Muito se tem ouvido falar sobre dados, exposições e vazamentos, o que fazer para proteger as informações e, principalmente, a quem pertencem os dados. A Lei Geral de Proteção de Dados trouxe conceito de dados pessoais e sensíveis, contudo, nada falou sobre os dados bancários que são de suma relevância, caso haja algum tipo de vazamento por parte das Instituições Bancárias.Ciente disso e com base no que a União Europeia vem desenvolvendo, o Banco Central do Brasil, publicou o Comunicado nº 33.455, em 24 de abril de 2019, tratando dos "requisitos fundamentais para a implementação, no Brasil, do Sistema Financeiro Aberto (Open Banking), que abrangem o objetivo, a definição, o escopo do modelo, a estratégia de regulação e as ações para sua implementação". A função do Open Banking é permitir aos titulares de conta bancária compartilhar os dados entre diferentes instituições autorizadas pelo Banco Central e movimentar diferentes contas a partir de plataformas diversas e não apenas pelo aplicativo ou site do banco, permitindo uma maior competição entre as instituições bancárias.
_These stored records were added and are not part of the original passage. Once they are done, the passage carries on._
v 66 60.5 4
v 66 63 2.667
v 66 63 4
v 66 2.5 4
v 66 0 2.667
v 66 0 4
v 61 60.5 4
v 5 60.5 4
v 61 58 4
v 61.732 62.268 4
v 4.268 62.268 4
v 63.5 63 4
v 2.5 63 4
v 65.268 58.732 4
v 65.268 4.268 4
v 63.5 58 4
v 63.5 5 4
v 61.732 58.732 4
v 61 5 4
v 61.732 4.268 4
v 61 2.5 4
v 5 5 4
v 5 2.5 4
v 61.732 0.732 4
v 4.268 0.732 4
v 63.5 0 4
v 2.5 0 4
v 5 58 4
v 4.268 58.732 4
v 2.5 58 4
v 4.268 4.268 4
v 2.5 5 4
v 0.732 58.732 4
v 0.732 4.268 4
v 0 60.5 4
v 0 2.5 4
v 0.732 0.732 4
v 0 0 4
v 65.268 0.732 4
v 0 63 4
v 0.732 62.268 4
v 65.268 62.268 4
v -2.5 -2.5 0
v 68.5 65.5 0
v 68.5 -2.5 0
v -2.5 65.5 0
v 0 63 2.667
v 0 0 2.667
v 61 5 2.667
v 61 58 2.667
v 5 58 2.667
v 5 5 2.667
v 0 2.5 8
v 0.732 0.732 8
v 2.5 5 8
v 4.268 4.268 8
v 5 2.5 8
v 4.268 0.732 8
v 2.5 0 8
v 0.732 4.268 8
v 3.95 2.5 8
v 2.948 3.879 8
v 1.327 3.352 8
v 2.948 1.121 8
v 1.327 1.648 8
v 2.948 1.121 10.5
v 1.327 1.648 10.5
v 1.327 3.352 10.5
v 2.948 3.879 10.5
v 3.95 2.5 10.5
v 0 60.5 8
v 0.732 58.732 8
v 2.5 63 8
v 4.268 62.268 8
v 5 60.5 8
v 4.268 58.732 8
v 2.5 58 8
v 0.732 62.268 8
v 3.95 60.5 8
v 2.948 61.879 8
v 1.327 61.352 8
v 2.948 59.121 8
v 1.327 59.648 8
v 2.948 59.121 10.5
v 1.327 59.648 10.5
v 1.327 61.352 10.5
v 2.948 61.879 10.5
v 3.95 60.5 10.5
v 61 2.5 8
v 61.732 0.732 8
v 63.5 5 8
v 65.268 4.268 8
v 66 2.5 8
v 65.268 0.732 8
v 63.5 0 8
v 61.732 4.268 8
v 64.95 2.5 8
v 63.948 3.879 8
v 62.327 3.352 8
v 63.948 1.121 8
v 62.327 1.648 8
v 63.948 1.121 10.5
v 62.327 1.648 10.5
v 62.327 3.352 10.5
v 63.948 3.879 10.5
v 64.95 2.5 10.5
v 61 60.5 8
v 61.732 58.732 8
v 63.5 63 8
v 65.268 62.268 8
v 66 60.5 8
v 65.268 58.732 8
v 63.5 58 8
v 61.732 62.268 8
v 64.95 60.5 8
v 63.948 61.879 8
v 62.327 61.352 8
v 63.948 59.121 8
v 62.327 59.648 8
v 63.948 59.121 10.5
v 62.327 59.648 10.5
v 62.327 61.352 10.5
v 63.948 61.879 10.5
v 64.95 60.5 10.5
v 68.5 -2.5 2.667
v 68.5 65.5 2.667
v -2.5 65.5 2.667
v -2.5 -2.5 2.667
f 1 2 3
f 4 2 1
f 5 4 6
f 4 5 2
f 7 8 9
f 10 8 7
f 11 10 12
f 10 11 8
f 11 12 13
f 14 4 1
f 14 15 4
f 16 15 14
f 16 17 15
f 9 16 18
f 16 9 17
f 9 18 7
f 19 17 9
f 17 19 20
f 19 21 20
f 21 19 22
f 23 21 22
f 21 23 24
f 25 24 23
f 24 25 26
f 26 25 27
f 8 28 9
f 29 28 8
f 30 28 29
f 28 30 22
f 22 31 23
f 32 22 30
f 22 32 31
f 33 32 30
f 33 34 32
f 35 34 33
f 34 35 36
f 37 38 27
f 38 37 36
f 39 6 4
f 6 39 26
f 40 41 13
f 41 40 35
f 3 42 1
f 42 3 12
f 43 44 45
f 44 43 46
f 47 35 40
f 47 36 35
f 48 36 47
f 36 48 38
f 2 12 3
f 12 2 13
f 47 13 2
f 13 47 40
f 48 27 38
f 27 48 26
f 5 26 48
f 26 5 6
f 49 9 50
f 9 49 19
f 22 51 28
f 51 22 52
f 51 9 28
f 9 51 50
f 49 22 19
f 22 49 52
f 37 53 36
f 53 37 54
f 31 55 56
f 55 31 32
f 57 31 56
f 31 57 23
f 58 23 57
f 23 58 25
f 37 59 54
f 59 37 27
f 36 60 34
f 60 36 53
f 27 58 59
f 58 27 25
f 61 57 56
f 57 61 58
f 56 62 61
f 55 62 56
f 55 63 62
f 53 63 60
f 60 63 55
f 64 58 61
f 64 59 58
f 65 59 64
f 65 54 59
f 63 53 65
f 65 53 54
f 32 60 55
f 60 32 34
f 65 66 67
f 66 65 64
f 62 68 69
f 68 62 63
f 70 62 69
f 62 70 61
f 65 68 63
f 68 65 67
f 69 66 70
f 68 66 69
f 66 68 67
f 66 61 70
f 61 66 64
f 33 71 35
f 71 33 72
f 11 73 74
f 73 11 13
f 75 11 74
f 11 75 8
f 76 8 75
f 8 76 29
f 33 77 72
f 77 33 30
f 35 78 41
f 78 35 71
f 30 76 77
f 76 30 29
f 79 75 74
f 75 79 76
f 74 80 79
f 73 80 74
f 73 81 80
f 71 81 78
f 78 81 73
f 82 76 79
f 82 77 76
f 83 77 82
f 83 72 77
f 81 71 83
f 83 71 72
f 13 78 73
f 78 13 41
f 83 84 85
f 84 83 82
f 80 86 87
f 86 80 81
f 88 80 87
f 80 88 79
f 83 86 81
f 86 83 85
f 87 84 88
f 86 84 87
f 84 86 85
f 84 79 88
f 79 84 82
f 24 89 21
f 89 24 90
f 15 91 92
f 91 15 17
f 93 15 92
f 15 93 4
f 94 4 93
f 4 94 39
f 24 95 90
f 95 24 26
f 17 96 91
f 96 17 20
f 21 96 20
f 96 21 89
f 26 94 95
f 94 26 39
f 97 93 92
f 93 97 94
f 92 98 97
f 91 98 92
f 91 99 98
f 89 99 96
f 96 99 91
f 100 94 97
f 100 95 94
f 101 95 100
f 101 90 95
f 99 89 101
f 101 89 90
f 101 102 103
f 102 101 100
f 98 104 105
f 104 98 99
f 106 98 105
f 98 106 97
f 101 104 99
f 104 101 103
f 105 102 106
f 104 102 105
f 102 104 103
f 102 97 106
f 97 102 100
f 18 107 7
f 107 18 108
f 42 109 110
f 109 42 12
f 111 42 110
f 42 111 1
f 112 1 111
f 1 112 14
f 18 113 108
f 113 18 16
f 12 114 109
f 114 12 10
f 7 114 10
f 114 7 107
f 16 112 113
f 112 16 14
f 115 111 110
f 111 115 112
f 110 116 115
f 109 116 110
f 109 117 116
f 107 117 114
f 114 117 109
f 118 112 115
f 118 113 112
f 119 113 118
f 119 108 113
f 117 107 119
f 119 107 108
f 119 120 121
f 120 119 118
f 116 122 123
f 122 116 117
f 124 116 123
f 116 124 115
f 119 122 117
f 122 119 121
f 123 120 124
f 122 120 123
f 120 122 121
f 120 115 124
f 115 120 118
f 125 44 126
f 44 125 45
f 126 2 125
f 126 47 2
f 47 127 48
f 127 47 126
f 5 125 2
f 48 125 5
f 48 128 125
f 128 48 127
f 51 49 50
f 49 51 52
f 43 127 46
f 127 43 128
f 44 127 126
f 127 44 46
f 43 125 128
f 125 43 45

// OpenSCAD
module bottom() {
    base_height = 4;
    base_width = 66;
    base_depth = 63;

    cylinder_height = 4;
    cylinder_dia = 5;
    cylinder_dia_small = 2.9;

    difference() {
        cube([base_width, base_depth, base_height]);
        translate([5, 5, 2]) {
            cube([base_width - 10, base_depth - 10, 3]);
        }
    }

    translate([2.5, 2.5, base_height]) {
        cylinder(h=cylinder_height, d=cylinder_dia);
        cylinder(h=cylinder_height + 2.5, d=cylinder_dia_small);
    }
    translate([2.5, base_depth - 2.5, base_height]) {
        cylinder(h=cylinder_height, d=cylinder_dia);
        cylinder(h=cylinder_height + 2.5, d=cylinder_dia_small);
    }

    translate([base_width - 2.5, 2.5, base_height]) {
        cylinder(h=cylinder_height, d=cylinder_dia);
        cylinder(h=cylinder_height + 2.5, d=cylinder_dia_small);
    }

    translate([base_width - 2.5,base_depth - 2.5, base_height]) {
        cylinder(h=cylinder_height, d=cylinder_dia);
        cylinder(h=cylinder_height + 2.5, d=cylinder_dia_small);
    }
    
    translate([-2.5, -2.5, 0]) {
        cube([base_width + 5, base_depth + 5, base_height / 1.5]);
    }
}

bottom();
Nesse sentido, o Banco Central do Brasil disponibilizou em 28 de novembro de 2019, consulta pública para colher sugestões para o sandbox regulatório com prazo que se encerrou em 31 de janeiro de 2020 contou com sugestões de diversas entidades como a AMBIMA, Serasa Experian, Câmara Brasileira de Comércio Eletrônico, entre outros. Assim, o Banco Central deverá implementar o Open Banking alinhado às normas da Lei Geral de Proteção de Dados e que servirá de base para novos produtos financeiros e certo da proteção dos dados bancários. Fonte: Cinthya Imano Vicente Ribeiro é especialista em Direito Processual Civil e mestrando em Direito Comercial.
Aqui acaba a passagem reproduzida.